Saturday, May 05, 2012

Bring plenty of popcorn ...

... when you go to read the story of the family feud and consequent beans-spilling about the financial schemes and opulent lifestyle of the Crouch family, founders and owners of TBN, "the world’s largest Christian television network."

But also remember that tidbits like these, from the article and accompanying slide show, …

Mr. and Mrs. Crouch have his-and-her mansions one street apart in a gated community here, provided by the network using viewer donations and tax-free earnings. But Mrs. Crouch, 74, rarely sleeps in the $5.6 million house with tennis court and pool. She mostly lives in a large company house near Orlando, Fla., where she runs a side business, the Holy Land Experience theme park. Mr. Crouch, 78, has an adjacent home there too, but rarely visits. Its occupant is often a security guard who doubles as Mrs. Crouch’s chauffeur.

[...]

Mrs. Crouch with her two Maltese dogs, constant companions. In 2008 and 2009, she rented adjacent rooms in a hotel, one for herself and another for the dogs and her clothes, according to Ms. Koper and Troy Clements, a former executive at the Holy Land Experience. She kept a costly motor home, originally purchased to serve as an office, for two years as an air-conditioned sanctuary for her pets, two former employees said.

[...]

“My job as finance director was to find ways to label extravagant personal spending as ministry expenses,” Ms. Koper [a granddaughter of the Crouches] said. This is one way, she said, the company avoids probing questions from the I.R.S. She said that the absence of outsiders on TBN’s governing board — currently consisting of Paul, Janice and Matthew Crouch — had led to a serious lack of accountability for spending.

Ms. Koper and two former TBN employees also said that dozens of staff members, including Ms. Koper, chauffeurs, sound engineers and others had been ordained as ministers by TBN. This, she said, allowed the network to avoid paying Social Security taxes on their salaries and made it easier to justify providing family members with rent-free houses, sometimes called “parsonages.” Colby May, a lawyer representing TBN, said the network ordained people who felt a true “ministerial call.”

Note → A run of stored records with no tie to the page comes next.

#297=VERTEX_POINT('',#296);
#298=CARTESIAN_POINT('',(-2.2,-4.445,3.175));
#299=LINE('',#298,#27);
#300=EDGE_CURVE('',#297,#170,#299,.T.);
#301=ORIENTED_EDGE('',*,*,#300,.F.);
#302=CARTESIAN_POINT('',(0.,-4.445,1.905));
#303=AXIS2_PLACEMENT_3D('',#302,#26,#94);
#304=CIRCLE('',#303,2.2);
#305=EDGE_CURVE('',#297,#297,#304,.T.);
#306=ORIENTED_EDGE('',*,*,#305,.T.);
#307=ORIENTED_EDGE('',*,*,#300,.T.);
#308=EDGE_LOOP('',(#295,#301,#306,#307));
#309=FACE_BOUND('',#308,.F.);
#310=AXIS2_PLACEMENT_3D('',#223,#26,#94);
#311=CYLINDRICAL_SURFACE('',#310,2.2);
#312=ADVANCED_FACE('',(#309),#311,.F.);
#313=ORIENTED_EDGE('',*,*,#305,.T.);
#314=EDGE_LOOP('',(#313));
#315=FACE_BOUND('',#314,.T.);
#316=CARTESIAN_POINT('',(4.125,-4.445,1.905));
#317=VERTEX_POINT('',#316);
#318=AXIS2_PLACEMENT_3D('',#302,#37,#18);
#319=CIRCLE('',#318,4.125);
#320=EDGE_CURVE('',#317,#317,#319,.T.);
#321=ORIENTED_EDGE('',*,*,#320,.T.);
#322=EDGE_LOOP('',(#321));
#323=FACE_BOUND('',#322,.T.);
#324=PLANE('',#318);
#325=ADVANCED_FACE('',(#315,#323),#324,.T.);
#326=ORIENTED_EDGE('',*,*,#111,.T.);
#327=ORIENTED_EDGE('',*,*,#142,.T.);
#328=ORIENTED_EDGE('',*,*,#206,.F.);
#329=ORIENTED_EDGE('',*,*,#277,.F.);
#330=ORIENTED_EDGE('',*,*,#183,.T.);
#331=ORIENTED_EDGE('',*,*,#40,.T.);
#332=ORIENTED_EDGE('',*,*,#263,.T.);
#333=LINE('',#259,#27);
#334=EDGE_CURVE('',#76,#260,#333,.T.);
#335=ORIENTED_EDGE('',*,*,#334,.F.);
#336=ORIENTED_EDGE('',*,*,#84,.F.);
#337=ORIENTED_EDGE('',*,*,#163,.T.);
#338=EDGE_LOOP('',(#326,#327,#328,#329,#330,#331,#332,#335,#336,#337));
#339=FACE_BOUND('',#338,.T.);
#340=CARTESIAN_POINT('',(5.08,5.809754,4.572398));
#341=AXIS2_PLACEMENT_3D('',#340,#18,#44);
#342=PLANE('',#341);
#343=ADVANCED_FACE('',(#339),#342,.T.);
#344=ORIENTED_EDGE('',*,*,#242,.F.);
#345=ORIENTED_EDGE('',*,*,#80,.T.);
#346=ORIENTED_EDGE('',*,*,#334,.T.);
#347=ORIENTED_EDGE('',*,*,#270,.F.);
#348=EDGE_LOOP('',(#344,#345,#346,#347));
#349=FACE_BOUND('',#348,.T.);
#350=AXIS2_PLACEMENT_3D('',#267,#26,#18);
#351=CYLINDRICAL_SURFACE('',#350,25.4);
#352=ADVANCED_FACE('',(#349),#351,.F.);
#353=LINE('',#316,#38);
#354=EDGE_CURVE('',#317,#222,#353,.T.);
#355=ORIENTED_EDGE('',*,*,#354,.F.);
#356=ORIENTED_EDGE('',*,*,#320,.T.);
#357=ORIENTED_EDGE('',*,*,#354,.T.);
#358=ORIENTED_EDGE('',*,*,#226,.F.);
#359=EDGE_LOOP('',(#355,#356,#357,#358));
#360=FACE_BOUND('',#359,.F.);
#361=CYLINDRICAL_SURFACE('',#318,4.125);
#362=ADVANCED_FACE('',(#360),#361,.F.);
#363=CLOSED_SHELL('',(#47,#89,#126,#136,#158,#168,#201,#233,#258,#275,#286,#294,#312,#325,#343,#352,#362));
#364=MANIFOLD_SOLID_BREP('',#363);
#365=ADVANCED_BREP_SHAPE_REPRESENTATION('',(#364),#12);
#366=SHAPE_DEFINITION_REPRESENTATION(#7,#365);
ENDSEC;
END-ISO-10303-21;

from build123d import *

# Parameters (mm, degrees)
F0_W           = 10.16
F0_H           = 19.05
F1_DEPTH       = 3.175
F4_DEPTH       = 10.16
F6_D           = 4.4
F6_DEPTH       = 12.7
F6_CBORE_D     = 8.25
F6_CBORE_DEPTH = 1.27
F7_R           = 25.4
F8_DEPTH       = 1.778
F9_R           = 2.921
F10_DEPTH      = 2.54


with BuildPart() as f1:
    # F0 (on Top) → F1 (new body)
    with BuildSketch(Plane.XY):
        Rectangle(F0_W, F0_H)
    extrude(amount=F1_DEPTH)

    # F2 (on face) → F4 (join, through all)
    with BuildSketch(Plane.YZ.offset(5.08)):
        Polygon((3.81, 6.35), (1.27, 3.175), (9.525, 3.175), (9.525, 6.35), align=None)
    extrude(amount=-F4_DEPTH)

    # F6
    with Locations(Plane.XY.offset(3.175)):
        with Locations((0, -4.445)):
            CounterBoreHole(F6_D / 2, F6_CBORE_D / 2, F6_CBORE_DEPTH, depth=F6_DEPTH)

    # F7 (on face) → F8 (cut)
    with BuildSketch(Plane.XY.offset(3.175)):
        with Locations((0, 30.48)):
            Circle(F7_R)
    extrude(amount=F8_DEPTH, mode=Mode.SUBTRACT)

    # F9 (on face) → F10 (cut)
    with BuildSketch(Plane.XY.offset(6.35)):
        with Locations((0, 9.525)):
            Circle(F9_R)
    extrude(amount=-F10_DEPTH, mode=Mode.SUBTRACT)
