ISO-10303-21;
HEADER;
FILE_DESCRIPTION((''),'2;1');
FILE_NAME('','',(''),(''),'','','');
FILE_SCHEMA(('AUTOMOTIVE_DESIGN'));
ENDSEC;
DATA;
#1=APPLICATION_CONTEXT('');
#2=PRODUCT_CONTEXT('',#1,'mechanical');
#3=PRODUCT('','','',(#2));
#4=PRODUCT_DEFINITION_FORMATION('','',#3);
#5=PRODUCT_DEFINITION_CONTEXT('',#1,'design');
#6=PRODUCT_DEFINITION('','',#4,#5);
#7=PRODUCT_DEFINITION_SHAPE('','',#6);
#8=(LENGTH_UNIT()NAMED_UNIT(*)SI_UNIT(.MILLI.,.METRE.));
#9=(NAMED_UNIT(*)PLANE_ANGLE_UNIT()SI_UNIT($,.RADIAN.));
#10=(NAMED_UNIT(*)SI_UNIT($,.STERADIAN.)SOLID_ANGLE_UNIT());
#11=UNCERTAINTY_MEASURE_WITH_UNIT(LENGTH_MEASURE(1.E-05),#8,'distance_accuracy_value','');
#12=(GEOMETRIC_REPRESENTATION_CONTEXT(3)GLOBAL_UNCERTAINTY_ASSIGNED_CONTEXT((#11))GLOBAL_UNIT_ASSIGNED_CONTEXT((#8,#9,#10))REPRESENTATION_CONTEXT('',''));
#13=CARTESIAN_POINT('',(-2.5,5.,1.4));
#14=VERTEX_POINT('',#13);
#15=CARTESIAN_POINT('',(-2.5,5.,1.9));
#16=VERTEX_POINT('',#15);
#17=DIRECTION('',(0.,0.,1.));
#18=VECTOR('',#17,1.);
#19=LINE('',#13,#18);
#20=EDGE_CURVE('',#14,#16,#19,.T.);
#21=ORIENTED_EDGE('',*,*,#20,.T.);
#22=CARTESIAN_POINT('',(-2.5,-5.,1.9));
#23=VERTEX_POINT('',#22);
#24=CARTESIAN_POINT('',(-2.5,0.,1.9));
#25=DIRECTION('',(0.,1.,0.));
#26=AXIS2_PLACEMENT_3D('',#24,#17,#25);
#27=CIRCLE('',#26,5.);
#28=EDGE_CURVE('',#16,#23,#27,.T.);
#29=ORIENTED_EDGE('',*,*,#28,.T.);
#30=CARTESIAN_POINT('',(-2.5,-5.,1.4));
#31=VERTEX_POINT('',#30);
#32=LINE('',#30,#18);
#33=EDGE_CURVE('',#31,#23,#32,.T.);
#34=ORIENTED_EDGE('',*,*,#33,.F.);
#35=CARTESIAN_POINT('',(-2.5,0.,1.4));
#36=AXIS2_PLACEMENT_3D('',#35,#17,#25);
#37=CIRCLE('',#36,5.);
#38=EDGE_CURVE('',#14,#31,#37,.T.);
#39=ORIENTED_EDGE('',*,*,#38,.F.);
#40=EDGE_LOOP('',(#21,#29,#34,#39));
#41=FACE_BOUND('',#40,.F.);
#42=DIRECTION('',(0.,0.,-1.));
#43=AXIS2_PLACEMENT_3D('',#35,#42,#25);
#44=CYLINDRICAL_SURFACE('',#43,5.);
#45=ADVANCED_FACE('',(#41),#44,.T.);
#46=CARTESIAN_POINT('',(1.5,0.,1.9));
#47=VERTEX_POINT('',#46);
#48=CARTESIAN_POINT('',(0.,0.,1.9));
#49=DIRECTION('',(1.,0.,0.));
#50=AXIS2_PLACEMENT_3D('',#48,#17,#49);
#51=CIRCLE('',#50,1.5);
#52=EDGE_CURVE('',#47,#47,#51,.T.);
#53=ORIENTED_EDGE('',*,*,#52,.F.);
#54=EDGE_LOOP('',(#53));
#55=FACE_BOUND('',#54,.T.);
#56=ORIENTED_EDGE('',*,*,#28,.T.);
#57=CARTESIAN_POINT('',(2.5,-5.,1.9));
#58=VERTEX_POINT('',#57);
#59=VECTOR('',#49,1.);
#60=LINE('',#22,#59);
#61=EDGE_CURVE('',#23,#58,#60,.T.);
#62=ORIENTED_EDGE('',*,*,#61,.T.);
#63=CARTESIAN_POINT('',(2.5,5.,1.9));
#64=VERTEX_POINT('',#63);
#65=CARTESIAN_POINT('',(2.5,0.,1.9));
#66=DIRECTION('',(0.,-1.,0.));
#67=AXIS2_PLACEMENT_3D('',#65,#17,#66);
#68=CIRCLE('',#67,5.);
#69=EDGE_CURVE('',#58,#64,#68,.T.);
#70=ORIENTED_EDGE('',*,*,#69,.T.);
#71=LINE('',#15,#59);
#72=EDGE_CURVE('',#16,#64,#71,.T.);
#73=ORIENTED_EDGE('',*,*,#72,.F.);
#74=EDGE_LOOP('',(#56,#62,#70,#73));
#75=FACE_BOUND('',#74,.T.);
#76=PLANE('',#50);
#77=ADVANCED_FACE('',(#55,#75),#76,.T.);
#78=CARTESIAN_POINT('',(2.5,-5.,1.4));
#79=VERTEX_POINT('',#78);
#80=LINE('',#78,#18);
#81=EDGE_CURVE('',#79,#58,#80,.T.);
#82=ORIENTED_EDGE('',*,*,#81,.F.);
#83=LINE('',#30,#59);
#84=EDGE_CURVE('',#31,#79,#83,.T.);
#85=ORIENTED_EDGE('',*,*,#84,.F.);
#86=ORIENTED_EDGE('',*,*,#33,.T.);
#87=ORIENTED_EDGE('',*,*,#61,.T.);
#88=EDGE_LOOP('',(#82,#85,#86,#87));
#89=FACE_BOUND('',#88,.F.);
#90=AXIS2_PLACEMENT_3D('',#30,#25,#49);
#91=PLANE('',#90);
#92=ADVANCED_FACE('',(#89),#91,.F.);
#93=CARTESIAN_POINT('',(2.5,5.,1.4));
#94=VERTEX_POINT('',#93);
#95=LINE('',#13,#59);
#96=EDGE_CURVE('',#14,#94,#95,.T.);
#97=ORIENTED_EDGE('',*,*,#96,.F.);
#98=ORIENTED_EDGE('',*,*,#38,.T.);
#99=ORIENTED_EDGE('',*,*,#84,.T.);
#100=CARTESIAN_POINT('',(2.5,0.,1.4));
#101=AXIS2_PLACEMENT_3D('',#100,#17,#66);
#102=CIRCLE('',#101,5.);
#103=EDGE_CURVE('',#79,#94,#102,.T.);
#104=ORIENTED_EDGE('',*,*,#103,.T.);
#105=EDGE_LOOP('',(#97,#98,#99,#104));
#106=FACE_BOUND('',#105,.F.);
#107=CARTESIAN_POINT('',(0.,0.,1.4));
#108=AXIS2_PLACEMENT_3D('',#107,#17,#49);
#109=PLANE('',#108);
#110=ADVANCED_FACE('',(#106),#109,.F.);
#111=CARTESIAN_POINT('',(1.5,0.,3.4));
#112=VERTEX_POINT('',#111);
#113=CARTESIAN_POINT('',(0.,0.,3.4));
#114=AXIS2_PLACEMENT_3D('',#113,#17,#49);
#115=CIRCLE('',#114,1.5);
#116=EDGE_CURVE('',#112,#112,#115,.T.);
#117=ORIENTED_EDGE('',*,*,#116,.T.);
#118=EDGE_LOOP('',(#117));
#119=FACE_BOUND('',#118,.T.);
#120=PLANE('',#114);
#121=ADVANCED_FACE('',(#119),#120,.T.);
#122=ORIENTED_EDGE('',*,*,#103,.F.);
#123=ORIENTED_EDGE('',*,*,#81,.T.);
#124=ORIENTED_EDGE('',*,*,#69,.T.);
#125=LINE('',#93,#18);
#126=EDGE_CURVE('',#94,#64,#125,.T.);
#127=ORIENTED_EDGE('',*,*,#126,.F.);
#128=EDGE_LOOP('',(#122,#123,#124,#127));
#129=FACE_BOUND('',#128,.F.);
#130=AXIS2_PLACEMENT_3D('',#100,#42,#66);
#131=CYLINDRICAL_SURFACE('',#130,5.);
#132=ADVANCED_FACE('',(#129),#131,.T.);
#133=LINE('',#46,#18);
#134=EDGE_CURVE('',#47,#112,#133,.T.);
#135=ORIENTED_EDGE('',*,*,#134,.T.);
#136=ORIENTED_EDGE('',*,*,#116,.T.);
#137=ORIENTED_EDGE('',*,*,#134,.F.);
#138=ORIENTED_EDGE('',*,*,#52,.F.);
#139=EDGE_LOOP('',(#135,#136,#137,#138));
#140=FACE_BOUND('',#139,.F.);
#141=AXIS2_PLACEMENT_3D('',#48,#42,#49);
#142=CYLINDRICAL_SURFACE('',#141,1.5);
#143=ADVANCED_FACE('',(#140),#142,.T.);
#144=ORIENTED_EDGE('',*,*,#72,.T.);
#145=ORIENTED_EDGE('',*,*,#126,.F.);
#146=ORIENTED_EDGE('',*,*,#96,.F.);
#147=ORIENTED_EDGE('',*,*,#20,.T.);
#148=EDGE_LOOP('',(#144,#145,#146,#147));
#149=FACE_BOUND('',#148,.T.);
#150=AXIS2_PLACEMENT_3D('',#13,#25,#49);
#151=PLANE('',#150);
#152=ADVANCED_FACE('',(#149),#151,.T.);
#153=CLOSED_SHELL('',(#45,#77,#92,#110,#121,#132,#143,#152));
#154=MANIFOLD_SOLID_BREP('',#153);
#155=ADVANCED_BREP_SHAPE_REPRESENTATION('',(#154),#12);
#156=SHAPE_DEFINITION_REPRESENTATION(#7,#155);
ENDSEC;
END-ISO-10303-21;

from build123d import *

# Parameters (mm, degrees)
PAD_DEPTH    = 0.5
SKETCH_R     = 1.5
PAD001_DEPTH = 1.5


with BuildPart() as part:
    # Sketch002 → Pad (new body)
    with BuildSketch(Plane.XY.offset(1.4)):
        with BuildLine():
            ThreePointArc((-2.5, 5), (-7.5, 0), (-2.5, -5))
            Line((-2.5, -5), (2.5, -5))
            ThreePointArc((2.5, -5), (7.5, 0), (2.5, 5))
            Line((-2.5, 5), (2.5, 5))
        make_face()
    extrude(amount=PAD_DEPTH)

    # Sketch (on Face6 of Pad) → Pad001 (join)
    with BuildSketch(Plane.XY.offset(1.9)):
        Circle(SKETCH_R)
    extrude(amount=PAD001_DEPTH)


solid = part.part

… are a thoroughly unsurprising outcome of allowing "churches" and other "religious activities" to go untaxed.

__________


P.S. The Holy Land Experience theme park charges admission, of course, but if all the preaching of the prosperity gospel makes you feel like the ticket prices just don't soak you enough, you'll be happy to learn that you can help in other ways.

Truth in advertising? Or just a Freudian slip?